When war or disaster strikes a region, restoring health services is a primary concern for governments and aid agencies. In fact, it is so important that many people don’t think projects through before launching them.

However, “if you don’t get things right, particularly for health systems, at the very onset of a humanitarian emergency, it can have long-term consequences in terms of the sustainability of those interventions,” says Valerie Percival, an assistant professor at the Norman Paterson School of International Affairs.

Together with Chantal Blouin, the associate director of the Centre for Trade Policy and Law, Percival co-directs the Health and Foreign Policy Initiative. The objective of the Initiative is to generate and disseminate research to ensure that foreign policy decisions on global health are informed by the best available empirical evidence. Health interventions during and after conflict and natural disaster is one of its focus areas.

High profile humanitarian agencies, such as Médicins Sans Frontières, do not have the time or inclination to conduct long-range planning. Their priority is to immediately treat those with  life-threatening injuries and illnesses, and to provide food, water and shelter to reduce the population’s vulnerability to death and disease.

Yet poorly planned health care interventions can have an expensive legacy. Percival worked for several years in Kosovo with the Canadian International Development Agency and the International Crisis Group. She points to a prosthetics lab that the Government of Italy built in the wake of that region’s civil war. “It was beautiful, but after the Italian government stopped its financial support, the Kosovo government would not be able to fund the recurrent costs of the lab.”

Ensuring health services are culturally appropriate is also critical. For example, a health centre in Kosovo provided services for victims of sexual violence. Women could access these services by going to a designated room to discuss their case. But “in societies like Kosovo, where there’s such a code of honour regarding women and sexuality, a woman cannot self-identify by going to a room so that everybody in the community would know she had been raped,” says Percival. “If they had spent five minutes talking to women in the community, they would have realized that that was an inappropriate way to deliver those kinds of services.”

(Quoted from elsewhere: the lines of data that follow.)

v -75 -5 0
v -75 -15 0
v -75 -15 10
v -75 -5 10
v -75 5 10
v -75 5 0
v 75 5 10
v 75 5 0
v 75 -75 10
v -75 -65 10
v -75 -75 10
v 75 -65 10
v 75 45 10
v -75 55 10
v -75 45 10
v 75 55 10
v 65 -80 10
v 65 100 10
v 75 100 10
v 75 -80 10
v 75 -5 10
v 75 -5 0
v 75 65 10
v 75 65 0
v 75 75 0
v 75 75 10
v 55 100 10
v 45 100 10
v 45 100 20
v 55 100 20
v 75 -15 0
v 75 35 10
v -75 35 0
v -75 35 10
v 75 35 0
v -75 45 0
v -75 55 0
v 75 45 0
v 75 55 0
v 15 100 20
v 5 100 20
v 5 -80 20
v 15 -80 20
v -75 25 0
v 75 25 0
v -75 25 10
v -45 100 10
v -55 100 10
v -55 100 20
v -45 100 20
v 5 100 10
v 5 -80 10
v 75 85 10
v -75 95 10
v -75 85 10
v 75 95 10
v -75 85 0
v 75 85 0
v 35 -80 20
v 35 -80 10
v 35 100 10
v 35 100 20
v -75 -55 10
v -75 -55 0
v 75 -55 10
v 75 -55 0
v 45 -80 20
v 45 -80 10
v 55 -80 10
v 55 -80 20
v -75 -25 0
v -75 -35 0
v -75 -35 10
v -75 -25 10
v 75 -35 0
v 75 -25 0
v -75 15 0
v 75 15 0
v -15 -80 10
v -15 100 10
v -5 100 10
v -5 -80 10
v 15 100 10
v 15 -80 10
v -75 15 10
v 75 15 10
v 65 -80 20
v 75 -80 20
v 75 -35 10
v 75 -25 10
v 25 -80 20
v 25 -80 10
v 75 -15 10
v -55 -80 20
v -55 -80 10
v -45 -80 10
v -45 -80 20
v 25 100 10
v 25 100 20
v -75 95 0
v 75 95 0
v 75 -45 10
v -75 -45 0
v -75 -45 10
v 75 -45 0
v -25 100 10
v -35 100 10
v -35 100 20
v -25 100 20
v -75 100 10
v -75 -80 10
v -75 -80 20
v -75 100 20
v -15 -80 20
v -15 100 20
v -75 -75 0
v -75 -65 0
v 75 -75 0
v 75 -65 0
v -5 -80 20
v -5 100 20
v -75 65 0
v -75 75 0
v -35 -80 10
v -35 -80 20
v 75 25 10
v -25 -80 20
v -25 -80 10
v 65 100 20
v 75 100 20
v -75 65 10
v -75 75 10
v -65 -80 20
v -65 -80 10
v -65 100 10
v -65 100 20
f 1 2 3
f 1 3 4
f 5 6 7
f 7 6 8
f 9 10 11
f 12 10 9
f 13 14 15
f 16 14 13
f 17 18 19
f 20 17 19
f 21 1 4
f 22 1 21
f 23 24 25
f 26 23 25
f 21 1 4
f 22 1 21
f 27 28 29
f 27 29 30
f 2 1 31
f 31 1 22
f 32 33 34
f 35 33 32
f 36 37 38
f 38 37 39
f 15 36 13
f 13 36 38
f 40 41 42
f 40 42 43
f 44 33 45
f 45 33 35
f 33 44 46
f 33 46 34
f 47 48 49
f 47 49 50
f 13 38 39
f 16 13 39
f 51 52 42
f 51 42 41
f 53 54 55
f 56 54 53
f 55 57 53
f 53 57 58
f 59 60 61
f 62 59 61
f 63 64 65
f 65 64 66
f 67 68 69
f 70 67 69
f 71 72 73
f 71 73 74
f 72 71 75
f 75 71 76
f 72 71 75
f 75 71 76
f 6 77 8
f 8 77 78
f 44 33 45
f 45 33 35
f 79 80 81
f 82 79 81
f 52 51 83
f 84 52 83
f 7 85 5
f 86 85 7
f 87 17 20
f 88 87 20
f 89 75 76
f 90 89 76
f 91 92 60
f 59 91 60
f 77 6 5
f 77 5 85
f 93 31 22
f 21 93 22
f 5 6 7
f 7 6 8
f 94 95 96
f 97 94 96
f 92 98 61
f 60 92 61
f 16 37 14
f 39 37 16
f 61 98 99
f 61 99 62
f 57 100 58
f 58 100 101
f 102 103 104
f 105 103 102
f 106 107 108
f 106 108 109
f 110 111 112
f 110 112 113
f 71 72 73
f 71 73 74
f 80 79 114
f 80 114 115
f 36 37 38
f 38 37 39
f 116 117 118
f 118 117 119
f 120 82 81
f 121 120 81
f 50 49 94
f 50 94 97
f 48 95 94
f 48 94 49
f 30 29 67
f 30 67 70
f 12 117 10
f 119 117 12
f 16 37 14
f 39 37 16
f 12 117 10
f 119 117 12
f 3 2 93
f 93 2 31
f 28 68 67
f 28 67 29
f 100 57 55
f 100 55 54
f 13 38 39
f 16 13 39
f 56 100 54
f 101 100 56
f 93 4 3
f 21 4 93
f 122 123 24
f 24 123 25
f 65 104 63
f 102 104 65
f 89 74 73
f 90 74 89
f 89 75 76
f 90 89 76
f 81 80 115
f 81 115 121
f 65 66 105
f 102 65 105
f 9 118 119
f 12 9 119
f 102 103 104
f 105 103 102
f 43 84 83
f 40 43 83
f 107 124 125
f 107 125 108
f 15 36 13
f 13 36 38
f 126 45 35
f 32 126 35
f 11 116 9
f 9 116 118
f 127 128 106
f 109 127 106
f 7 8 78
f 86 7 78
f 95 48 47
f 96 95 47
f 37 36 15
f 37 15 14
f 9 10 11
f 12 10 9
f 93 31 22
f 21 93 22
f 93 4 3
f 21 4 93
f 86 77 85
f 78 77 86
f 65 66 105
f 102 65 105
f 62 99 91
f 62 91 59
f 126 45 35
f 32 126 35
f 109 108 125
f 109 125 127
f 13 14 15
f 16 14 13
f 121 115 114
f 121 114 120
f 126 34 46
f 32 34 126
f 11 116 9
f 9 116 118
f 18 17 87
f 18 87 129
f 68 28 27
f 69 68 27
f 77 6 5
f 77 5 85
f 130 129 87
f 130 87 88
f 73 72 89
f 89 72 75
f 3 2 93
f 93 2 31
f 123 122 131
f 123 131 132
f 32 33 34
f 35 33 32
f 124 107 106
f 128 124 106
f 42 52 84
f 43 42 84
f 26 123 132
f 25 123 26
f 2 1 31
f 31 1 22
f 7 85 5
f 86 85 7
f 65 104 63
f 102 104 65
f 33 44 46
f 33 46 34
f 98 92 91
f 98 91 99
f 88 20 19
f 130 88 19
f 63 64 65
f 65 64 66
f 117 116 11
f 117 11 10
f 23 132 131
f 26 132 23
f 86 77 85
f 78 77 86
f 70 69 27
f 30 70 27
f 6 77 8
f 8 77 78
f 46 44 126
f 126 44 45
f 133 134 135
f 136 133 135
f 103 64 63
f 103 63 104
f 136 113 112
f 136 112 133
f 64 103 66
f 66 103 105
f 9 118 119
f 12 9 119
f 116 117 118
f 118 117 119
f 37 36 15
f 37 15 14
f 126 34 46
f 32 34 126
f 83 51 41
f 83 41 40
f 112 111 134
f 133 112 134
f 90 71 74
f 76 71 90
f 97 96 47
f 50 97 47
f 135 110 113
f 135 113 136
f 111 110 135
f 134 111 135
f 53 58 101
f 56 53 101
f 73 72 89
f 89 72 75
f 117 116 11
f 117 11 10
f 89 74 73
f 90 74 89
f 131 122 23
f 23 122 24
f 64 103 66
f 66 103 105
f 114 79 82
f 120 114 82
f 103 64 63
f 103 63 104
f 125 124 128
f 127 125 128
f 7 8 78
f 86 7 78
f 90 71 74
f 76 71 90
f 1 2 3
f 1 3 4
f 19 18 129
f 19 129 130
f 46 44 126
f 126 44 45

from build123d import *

# Parameters (mm, degrees)
F0_W     = 150
F0_H     = 10
F1_DEPTH = 10
F2_DEPTH = 10
F3_W     = 10
F3_H     = 180
F4_DEPTH = 10


# Not quite as in the source:
# - a feature names something its author has since deleted; it is built from what else it names


with BuildPart() as f1:
    # F0 (on Top) → F1 (new body)
    with BuildSketch(Plane.XY):
        with Locations((0, 50)):
            Rectangle(F0_W, F0_H)
    extrude(amount=F1_DEPTH)


with BuildPart() as f1b:
    # F0 (on Top) → F1, piece 2 (new body)
    with BuildSketch(Plane.XY):
        with Locations((0, 30)):
            Rectangle(F0_W, F0_H)
    extrude(amount=F1_DEPTH)


with BuildPart() as f1c:
    # F0 (on Top) → F1, piece 3 (new body)
    with BuildSketch(Plane.XY):
        with Locations((0, 10)):
            Rectangle(F0_W, F0_H)
    extrude(amount=F1_DEPTH)


with BuildPart() as f1d:
    # F0 (on Top) → F1, piece 4 (new body)
    with BuildSketch(Plane.XY):
        with Locations((0, -10)):
            Rectangle(F0_W, F0_H)
    extrude(amount=F1_DEPTH)


with BuildPart() as f1e:
    # F0 (on Top) → F1, piece 5 (new body)
    with BuildSketch(Plane.XY):
        with Locations((0, -30)):
            Rectangle(F0_W, F0_H)
    extrude(amount=F1_DEPTH)


with BuildPart() as f1f:
    # F0 (on Top) → F1, piece 6 (new body)
    with BuildSketch(Plane.XY):
        with Locations((0, -50)):
            Rectangle(F0_W, F0_H)
    extrude(amount=F1_DEPTH)


with BuildPart() as f1g:
    # F0 (on Top) → F1, piece 7 (new body)
    with BuildSketch(Plane.XY):
        with Locations((0, -70)):
            Rectangle(F0_W, F0_H)
    extrude(amount=F1_DEPTH)


with BuildPart() as f2:
    # F0 (on Top) → F2 (new body)
    with BuildSketch(Plane.XY):
        with Locations((0, 90)):
            Rectangle(F0_W, F0_H)
    extrude(amount=F2_DEPTH)


with BuildPart() as f2b:
    # F0 (on Top) → F2, piece 2 (new body)
    with BuildSketch(Plane.XY):
        with Locations((0, 70)):
            Rectangle(F0_W, F0_H)
    extrude(amount=F2_DEPTH)


with BuildPart() as f2c:
    # F0 (on Top) → F2, piece 3 (new body)
    with BuildSketch(Plane.XY):
        with Locations((0, 50)):
            Rectangle(F0_W, F0_H)
    extrude(amount=F2_DEPTH)


with BuildPart() as f2d:
    # F0 (on Top) → F2, piece 4 (new body)
    with BuildSketch(Plane.XY):
        with Locations((0, 30)):
            Rectangle(F0_W, F0_H)
    extrude(amount=F2_DEPTH)


with BuildPart() as f2e:
    # F0 (on Top) → F2, piece 5 (new body)
    with BuildSketch(Plane.XY):
        with Locations((0, 10)):
            Rectangle(F0_W, F0_H)
    extrude(amount=F2_DEPTH)


with BuildPart() as f2f:
    # F0 (on Top) → F2, piece 6 (new body)
    with BuildSketch(Plane.XY):
        with Locations((0, -10)):
            Rectangle(F0_W, F0_H)
    extrude(amount=F2_DEPTH)


with BuildPart() as f2g:
    # F0 (on Top) → F2, piece 7 (new body)
    with BuildSketch(Plane.XY):
        with Locations((0, -30)):
            Rectangle(F0_W, F0_H)
    extrude(amount=F2_DEPTH)


with BuildPart() as f2h:
    # F0 (on Top) → F2, piece 8 (new body)
    with BuildSketch(Plane.XY):
        with Locations((0, -50)):
            Rectangle(F0_W, F0_H)
    extrude(amount=F2_DEPTH)


with BuildPart() as f2i:
    # F0 (on Top) → F2, piece 9 (new body)
    with BuildSketch(Plane.XY):
        with Locations((0, -70)):
            Rectangle(F0_W, F0_H)
    extrude(amount=F2_DEPTH)


with BuildPart() as f4:
    # F3 (on face) → F4 (new body)
    with BuildSketch(Plane.XY.offset(10)):
        with Locations((70, 10)):
            Rectangle(F3_W, F3_H)
    extrude(amount=F4_DEPTH)


with BuildPart() as f4b:
    # F3 (on face) → F4, piece 2 (new body)
    with BuildSketch(Plane.XY.offset(10)):
        with Locations((50, 10.0000017881)):
            Rectangle(F3_W, F3_H)
    extrude(amount=F4_DEPTH)


with BuildPart() as f4c:
    # F3 (on face) → F4, piece 3 (new body)
    with BuildSketch(Plane.XY.offset(10)):
        with Locations((30, 10.0000017881)):
            Rectangle(F3_W, F3_H)
    extrude(amount=F4_DEPTH)


with BuildPart() as f4d:
    # F3 (on face) → F4, piece 4 (new body)
    with BuildSketch(Plane.XY.offset(10)):
        with Locations((9.9999859929, 10.000000298)):
            Rectangle(F3_W, F3_H)
    extrude(amount=F4_DEPTH)


with BuildPart() as f4e:
    # F3 (on face) → F4, piece 5 (new body)
    with BuildSketch(Plane.XY.offset(10)):
        with Locations((-10, 10.0000017881)):
            Rectangle(F3_W, F3_H)
    extrude(amount=F4_DEPTH)


with BuildPart() as f4f:
    # F3 (on face) → F4, piece 6 (new body)
    with BuildSketch(Plane.XY.offset(10)):
        with Locations((-30, 10.0000017881)):
            Rectangle(F3_W, F3_H)
    extrude(amount=F4_DEPTH)


with BuildPart() as f4g:
    # F3 (on face) → F4, piece 7 (new body)
    with BuildSketch(Plane.XY.offset(10)):
        with Locations((-50, 10.0000017881)):
            Rectangle(F3_W, F3_H)
    extrude(amount=F4_DEPTH)


with BuildPart() as f4h:
    # F3 (on face) → F4, piece 8 (new body)
    with BuildSketch(Plane.XY.offset(10)):
        with Locations((-70, 10.0000017881)):
            Rectangle(F3_W, F3_H)
    extrude(amount=F4_DEPTH)


solid = Compound([f1.part, f1b.part, f1c.part, f1d.part, f1e.part, f1f.part, f1g.part, f2.part, f2b.part, f2c.part, f2d.part, f2e.part, f2f.part, f2g.part, f2h.part, f2i.part, f4.part, f4b.part, f4c.part, f4d.part, f4e.part, f4f.part, f4g.part, f4h.part])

Every situation presents unique challenges. When the earthquake struck Haiti, the country was slowly emerging from a long period of political turmoil. Port au Prince, the centre of government as well as the headquarters of multilateral and non-governmental organizations, was the hardest hit. “I find it hard to think of another natural disaster where… the capital city was so badly affected and the government and international organizations were initially almost paralyzed,” says Percival.

Wars and disasters—devastating as they are—can provide governments an opportunity to improve services. In Haiti, “Now is the time to start thinking about how to rebuild the ministry of health, how to make sure the officials are well trained and have the kinds of resources that they need to ensure Haiti’s health system can be effective and equitable.”

Effective efforts don’t have to be complicated, yet they do have to take into account local context and capacity. More research is needed on the impact of humanitarian assistance on health systems and the most effective ways to leverage humanitarian interventions to build local health system capacity.

The Health and Foreign Policy Initiative is about much more than research on health and conflict. Chantal Blouin examines the migration of health workers, the impact of trade agreements on national health systems, and the use of global health diplomacy to enhance prevention efforts for chronic diseases.

With a $400,000 grant from the Rockefeller Foundation, the Initiative also produces The Health Diplomacy Monitor. This online publication analyses international health negotiations, such as the recently concluded discussions at the World Health Organization on counterfeit medicines, WHO’s response to the H1N1 pandemic, and the voluntary international code for the recruitment of health workers.

These negotiations have a critical impact on global health. But due to small budgets prohibiting travel as well as lack of open-access reporting on the negotiations, officials and civil society groups from developing countries may find it difficult to participate fully or keep abreast of developments. The Monitor will level the playing field and help them to stay involved from a distance.

It’s just another way of carrying out the Health and Foreign Policy Initiative’s main objective: to improve global health for people who can’t always fight for their own interests.